The problem - Look through the data below for the line with "#98=EDGE_CURVE('',#96,#91,#97,.T.);", and transcribe it exactly together with each line after it up to and including the line with "#130=ORIENTED_EDGE('',*,*,#129,.F.);". Give nothing else.

Dataset entries -

• • • •

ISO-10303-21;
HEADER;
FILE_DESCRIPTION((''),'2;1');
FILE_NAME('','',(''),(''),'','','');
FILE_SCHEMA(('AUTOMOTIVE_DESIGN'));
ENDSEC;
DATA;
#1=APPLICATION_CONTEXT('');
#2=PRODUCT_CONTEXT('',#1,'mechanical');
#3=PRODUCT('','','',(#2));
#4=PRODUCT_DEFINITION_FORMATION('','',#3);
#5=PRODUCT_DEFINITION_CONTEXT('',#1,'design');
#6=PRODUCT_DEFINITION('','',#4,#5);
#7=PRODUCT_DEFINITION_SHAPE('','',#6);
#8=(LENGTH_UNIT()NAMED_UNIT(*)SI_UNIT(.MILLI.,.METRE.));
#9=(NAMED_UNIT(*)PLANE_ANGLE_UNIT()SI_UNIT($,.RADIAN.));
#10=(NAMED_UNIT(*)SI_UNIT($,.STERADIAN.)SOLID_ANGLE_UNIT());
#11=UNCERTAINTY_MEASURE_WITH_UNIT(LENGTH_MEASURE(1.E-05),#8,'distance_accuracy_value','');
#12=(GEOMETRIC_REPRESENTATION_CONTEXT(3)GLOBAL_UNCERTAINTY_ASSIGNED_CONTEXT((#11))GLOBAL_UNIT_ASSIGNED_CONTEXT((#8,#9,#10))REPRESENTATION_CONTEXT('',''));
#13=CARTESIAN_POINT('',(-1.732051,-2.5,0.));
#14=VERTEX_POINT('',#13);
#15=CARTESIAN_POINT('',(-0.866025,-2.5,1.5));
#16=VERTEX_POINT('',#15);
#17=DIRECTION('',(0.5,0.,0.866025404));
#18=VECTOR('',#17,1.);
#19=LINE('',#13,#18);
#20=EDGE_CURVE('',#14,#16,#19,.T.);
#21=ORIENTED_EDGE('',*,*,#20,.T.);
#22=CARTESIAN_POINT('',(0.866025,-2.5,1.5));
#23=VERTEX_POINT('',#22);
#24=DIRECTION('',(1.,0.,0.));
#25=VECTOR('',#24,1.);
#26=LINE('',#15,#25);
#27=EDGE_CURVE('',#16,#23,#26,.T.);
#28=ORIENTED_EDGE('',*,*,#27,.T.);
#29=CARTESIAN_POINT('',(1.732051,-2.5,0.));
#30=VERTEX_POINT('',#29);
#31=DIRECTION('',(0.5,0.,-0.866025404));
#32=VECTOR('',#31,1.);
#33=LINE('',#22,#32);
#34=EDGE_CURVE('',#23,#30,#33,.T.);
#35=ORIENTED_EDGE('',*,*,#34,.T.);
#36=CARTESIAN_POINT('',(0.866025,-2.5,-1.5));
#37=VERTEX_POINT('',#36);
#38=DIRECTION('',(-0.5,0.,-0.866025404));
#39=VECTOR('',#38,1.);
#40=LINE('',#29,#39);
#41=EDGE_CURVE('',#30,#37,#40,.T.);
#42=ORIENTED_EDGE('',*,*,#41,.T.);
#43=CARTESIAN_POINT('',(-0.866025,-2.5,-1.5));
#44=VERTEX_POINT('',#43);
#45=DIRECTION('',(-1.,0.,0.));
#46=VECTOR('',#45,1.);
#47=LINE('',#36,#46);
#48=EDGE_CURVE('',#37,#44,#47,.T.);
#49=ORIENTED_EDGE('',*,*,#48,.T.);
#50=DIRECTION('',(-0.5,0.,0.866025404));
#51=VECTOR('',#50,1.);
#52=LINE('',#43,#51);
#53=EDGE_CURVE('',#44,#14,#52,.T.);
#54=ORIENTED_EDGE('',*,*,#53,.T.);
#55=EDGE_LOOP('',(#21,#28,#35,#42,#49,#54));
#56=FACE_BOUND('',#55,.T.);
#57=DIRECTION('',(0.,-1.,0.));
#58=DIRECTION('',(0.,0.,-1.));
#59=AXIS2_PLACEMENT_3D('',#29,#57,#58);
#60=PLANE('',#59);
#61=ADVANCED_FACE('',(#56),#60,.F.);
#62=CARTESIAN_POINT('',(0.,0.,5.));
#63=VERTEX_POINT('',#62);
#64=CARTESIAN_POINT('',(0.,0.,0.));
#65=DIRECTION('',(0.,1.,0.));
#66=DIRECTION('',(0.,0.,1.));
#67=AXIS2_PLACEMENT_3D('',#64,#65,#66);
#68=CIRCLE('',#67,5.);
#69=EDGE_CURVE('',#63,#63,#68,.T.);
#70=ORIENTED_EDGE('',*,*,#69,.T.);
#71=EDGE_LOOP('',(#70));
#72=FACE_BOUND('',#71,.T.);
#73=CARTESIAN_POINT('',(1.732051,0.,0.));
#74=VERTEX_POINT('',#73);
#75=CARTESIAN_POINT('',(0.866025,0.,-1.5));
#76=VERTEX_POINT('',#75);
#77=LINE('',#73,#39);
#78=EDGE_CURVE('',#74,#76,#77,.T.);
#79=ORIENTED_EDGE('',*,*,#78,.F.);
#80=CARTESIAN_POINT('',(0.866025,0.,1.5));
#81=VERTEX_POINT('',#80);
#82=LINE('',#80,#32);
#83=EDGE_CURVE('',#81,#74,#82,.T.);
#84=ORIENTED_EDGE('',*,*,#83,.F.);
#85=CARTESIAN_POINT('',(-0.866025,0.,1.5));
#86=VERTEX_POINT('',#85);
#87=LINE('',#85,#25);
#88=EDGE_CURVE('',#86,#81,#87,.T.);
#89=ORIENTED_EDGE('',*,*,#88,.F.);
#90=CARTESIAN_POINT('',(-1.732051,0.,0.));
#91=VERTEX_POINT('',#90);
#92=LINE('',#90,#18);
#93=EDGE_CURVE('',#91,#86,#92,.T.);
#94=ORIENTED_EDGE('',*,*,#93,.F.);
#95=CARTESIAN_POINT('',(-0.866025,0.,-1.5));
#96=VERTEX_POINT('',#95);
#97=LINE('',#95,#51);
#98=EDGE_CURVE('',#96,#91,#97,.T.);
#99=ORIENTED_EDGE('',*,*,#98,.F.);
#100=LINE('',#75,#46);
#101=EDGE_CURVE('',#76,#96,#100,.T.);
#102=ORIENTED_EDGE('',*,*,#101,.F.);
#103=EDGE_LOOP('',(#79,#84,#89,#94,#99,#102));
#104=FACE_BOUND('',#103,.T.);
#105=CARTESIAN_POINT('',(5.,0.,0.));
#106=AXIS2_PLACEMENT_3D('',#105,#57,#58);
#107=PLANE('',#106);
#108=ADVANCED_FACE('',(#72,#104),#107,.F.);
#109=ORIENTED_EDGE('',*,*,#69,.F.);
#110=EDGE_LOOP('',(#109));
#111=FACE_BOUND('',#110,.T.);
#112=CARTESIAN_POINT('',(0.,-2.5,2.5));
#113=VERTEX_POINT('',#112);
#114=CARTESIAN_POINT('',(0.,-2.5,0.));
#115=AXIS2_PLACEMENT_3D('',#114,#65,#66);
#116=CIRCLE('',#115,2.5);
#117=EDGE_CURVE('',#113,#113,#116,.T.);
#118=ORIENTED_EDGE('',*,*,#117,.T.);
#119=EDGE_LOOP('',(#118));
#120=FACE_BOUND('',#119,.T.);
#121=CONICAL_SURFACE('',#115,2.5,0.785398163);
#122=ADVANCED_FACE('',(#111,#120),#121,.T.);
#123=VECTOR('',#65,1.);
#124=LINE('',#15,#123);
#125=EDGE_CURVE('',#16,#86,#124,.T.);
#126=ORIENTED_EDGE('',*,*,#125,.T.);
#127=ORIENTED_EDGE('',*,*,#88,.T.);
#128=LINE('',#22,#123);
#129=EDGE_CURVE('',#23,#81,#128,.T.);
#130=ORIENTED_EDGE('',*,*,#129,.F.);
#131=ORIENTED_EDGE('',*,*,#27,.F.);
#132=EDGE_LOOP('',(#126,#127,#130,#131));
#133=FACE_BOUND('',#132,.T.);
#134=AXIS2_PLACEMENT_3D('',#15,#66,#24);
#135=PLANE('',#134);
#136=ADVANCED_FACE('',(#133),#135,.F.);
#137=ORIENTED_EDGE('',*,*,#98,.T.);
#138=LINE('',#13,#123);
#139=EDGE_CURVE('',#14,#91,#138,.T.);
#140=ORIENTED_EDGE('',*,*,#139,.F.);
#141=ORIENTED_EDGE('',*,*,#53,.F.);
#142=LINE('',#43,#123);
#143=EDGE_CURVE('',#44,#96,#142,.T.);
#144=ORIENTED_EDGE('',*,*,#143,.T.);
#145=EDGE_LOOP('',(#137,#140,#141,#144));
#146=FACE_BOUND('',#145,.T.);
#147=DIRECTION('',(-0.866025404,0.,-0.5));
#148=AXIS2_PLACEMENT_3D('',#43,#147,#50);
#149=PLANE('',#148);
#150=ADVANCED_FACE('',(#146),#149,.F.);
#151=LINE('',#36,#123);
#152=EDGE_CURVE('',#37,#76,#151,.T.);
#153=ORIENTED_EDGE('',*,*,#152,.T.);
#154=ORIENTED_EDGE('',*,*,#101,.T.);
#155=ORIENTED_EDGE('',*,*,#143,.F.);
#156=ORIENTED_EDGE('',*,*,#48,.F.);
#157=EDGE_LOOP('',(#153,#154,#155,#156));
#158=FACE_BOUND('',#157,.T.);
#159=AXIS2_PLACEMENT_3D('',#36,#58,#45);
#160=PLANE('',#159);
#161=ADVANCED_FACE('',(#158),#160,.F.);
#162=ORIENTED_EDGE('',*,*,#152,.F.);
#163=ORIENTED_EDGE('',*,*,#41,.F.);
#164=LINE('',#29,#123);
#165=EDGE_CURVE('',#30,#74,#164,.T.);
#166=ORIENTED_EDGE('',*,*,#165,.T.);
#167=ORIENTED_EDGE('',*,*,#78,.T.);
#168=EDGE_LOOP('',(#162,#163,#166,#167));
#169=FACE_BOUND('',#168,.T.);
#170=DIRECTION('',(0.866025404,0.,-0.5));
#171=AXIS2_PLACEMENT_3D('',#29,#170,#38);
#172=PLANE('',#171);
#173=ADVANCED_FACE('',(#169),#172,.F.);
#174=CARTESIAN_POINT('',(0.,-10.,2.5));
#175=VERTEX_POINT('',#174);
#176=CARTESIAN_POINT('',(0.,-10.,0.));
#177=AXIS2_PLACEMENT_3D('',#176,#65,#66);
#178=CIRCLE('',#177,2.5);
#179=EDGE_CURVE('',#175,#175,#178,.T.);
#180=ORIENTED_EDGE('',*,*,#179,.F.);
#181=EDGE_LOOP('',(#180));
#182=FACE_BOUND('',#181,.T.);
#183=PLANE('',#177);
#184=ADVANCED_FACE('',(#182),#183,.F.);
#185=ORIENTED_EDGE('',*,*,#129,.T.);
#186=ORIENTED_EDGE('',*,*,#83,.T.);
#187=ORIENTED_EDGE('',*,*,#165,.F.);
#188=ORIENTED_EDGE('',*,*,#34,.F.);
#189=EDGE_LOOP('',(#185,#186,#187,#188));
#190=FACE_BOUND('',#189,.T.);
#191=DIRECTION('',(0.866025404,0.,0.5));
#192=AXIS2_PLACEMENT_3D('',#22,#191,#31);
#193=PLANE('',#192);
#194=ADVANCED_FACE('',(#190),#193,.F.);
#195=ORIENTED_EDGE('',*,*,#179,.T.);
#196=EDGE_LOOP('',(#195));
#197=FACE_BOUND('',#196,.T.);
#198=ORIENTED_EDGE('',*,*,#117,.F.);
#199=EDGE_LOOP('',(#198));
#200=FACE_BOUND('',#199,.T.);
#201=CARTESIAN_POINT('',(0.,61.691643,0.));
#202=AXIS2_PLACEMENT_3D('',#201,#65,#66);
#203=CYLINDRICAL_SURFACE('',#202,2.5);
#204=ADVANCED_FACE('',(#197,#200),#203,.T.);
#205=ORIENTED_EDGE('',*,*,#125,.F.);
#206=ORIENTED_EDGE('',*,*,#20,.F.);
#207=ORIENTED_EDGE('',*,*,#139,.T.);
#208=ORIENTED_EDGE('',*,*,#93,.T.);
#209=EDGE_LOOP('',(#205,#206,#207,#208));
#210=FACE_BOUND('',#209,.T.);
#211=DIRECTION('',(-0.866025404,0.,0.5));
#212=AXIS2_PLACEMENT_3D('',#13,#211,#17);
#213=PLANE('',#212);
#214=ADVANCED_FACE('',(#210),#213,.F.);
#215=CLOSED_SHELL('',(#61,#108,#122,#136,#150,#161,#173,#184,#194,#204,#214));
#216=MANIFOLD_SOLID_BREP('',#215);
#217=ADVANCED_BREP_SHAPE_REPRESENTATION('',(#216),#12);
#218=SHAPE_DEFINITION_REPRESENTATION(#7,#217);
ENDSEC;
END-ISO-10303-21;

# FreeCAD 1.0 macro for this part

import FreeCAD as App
import Part
import Sketcher
from FreeCAD import Vector
Q = App.Units.Quantity


def add_polygon(sketch, points):
    """Adds a closed chain of lines whose ends are joined by coincident constraints."""
    first, n = sketch.GeometryCount, len(points)
    for a, b in zip(points, points[1:] + points[:1]):
        sketch.addGeometry(Part.LineSegment(App.Vector(*a, 0), App.Vector(*b, 0)), False)
    for i in range(n):
        sketch.addConstraint(Sketcher.Constraint("Coincident", first + i, 2, first + (i + 1) % n, 1))

doc = App.newDocument("Part")
params = doc.addObject("Spreadsheet::Sheet", "Params")
for row, (alias, value) in enumerate([
    ("sketch1_width", "5 mm"),
    ("sketch1_height", "10 mm"),
    ("sketch1_width2", "2.5 mm"),
    ("revolution_angle", "360 deg"),
    ("pocket1_length", "2.5 mm"),
], start=1):
    params.set(f"A{row}", alias)
    params.set(f"B{row}", "=" + value)
    params.setAlias(f"B{row}", alias)

body = doc.addObject("PartDesign::Body", "Body")

sketch1 = body.newObject("Sketcher::SketchObject", "Sketch")
sketch1.AttachmentSupport = (doc.getObject("XY_Plane"), [""])
sketch1.MapMode = "FlatFace"
add_polygon(sketch1, [(0, -10), (2.5, -10), (2.5, -2.5), (5, 0), (0, 0)])
sketch1.addConstraint(Sketcher.Constraint("Horizontal", 0))
sketch1.addConstraint(Sketcher.Constraint("Vertical", 1))
sketch1.addConstraint(Sketcher.Constraint("Horizontal", 3))
sketch1.addConstraint(Sketcher.Constraint("Vertical", 4))
sketch1.addConstraint(Sketcher.Constraint("Coincident", 3, 2, -1, 1))
sketch1.addConstraint(Sketcher.Constraint("DistanceX", 3, 2, 3, 1, Q("5 mm")))
sketch1.addConstraint(Sketcher.Constraint("DistanceY", 4, 2, 4, 1, Q("10 mm")))
sketch1.addConstraint(Sketcher.Constraint("Angle", 2, Q("45 deg")))
sketch1.addConstraint(Sketcher.Constraint("DistanceX", 0, 1, 0, 2, Q("2.5 mm")))
sketch1.setExpression("Constraints[10]", "Params.sketch1_width")
sketch1.setExpression("Constraints[11]", "Params.sketch1_height")
sketch1.setExpression("Constraints[13]", "Params.sketch1_width2")
revolution = body.newObject("PartDesign::Revolution", "Revolution")
revolution.Profile = sketch1
revolution.ReferenceAxis = (sketch1, ["V_Axis"])
revolution.setExpression("Angle", "Params.revolution_angle")

sketch2 = body.newObject("Sketcher::SketchObject", "Sketch001")
sketch2.AttachmentSupport = (doc.getObject("XZ_Plane"), [""])
sketch2.MapMode = "FlatFace"
add_polygon(sketch2, [(0.866025, -1.5), (-0.866025, -1.5), (-1.732051, 0), (-0.866025, 1.5), (0.866025, 1.5), (1.732051, 0)])
sketch2.addConstraint(Sketcher.Constraint("Horizontal", 0))
sketch2.addConstraint(Sketcher.Constraint("Horizontal", 3))
sketch2.addConstraint(Sketcher.Constraint("Symmetric", 0, 2, 3, 2, -1, 1))
sketch2.addConstraint(Sketcher.Constraint("Symmetric", 1, 2, 4, 2, -1, 1))
sketch2.addConstraint(Sketcher.Constraint("PointOnObject", 1, 2, -1))
sketch2.addConstraint(Sketcher.Constraint("Parallel", 2, 5))
sketch2.addConstraint(Sketcher.Constraint("Vertical", 0, 2, 2, 2))
sketch2.addConstraint(Sketcher.Constraint("Angle", 1, Q("120 deg")))
sketch2.addConstraint(Sketcher.Constraint("DistanceY", 0, 2, 2, 2, Q("3 mm")))
sketch2.addConstraint(Sketcher.Constraint("DistanceX", 0, 2, 0, 1, Q("1.732051 mm")))
pocket1 = body.newObject("PartDesign::Pocket", "Pocket")
pocket1.Profile = sketch2
pocket1.setExpression("Length", "Params.pocket1_length")
pocket1.Reversed = True

doc.recompute()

• • • •

Solution for this task -
#98=EDGE_CURVE('',#96,#91,#97,.T.);
#99=ORIENTED_EDGE('',*,*,#98,.F.);
#100=LINE('',#75,#46);
#101=EDGE_CURVE('',#76,#96,#100,.T.);
#102=ORIENTED_EDGE('',*,*,#101,.F.);
#103=EDGE_LOOP('',(#79,#84,#89,#94,#99,#102));
#104=FACE_BOUND('',#103,.T.);
#105=CARTESIAN_POINT('',(5.,0.,0.));
#106=AXIS2_PLACEMENT_3D('',#105,#57,#58);
#107=PLANE('',#106);
#108=ADVANCED_FACE('',(#72,#104),#107,.F.);
#109=ORIENTED_EDGE('',*,*,#69,.F.);
#110=EDGE_LOOP('',(#109));
#111=FACE_BOUND('',#110,.T.);
#112=CARTESIAN_POINT('',(0.,-2.5,2.5));
#113=VERTEX_POINT('',#112);
#114=CARTESIAN_POINT('',(0.,-2.5,0.));
#115=AXIS2_PLACEMENT_3D('',#114,#65,#66);
#116=CIRCLE('',#115,2.5);
#117=EDGE_CURVE('',#113,#113,#116,.T.);
#118=ORIENTED_EDGE('',*,*,#117,.T.);
#119=EDGE_LOOP('',(#118));
#120=FACE_BOUND('',#119,.T.);
#121=CONICAL_SURFACE('',#115,2.5,0.785398163);
#122=ADVANCED_FACE('',(#111,#120),#121,.T.);
#123=VECTOR('',#65,1.);
#124=LINE('',#15,#123);
#125=EDGE_CURVE('',#16,#86,#124,.T.);
#126=ORIENTED_EDGE('',*,*,#125,.T.);
#127=ORIENTED_EDGE('',*,*,#88,.T.);
#128=LINE('',#22,#123);
#129=EDGE_CURVE('',#23,#81,#128,.T.);
#130=ORIENTED_EDGE('',*,*,#129,.F.);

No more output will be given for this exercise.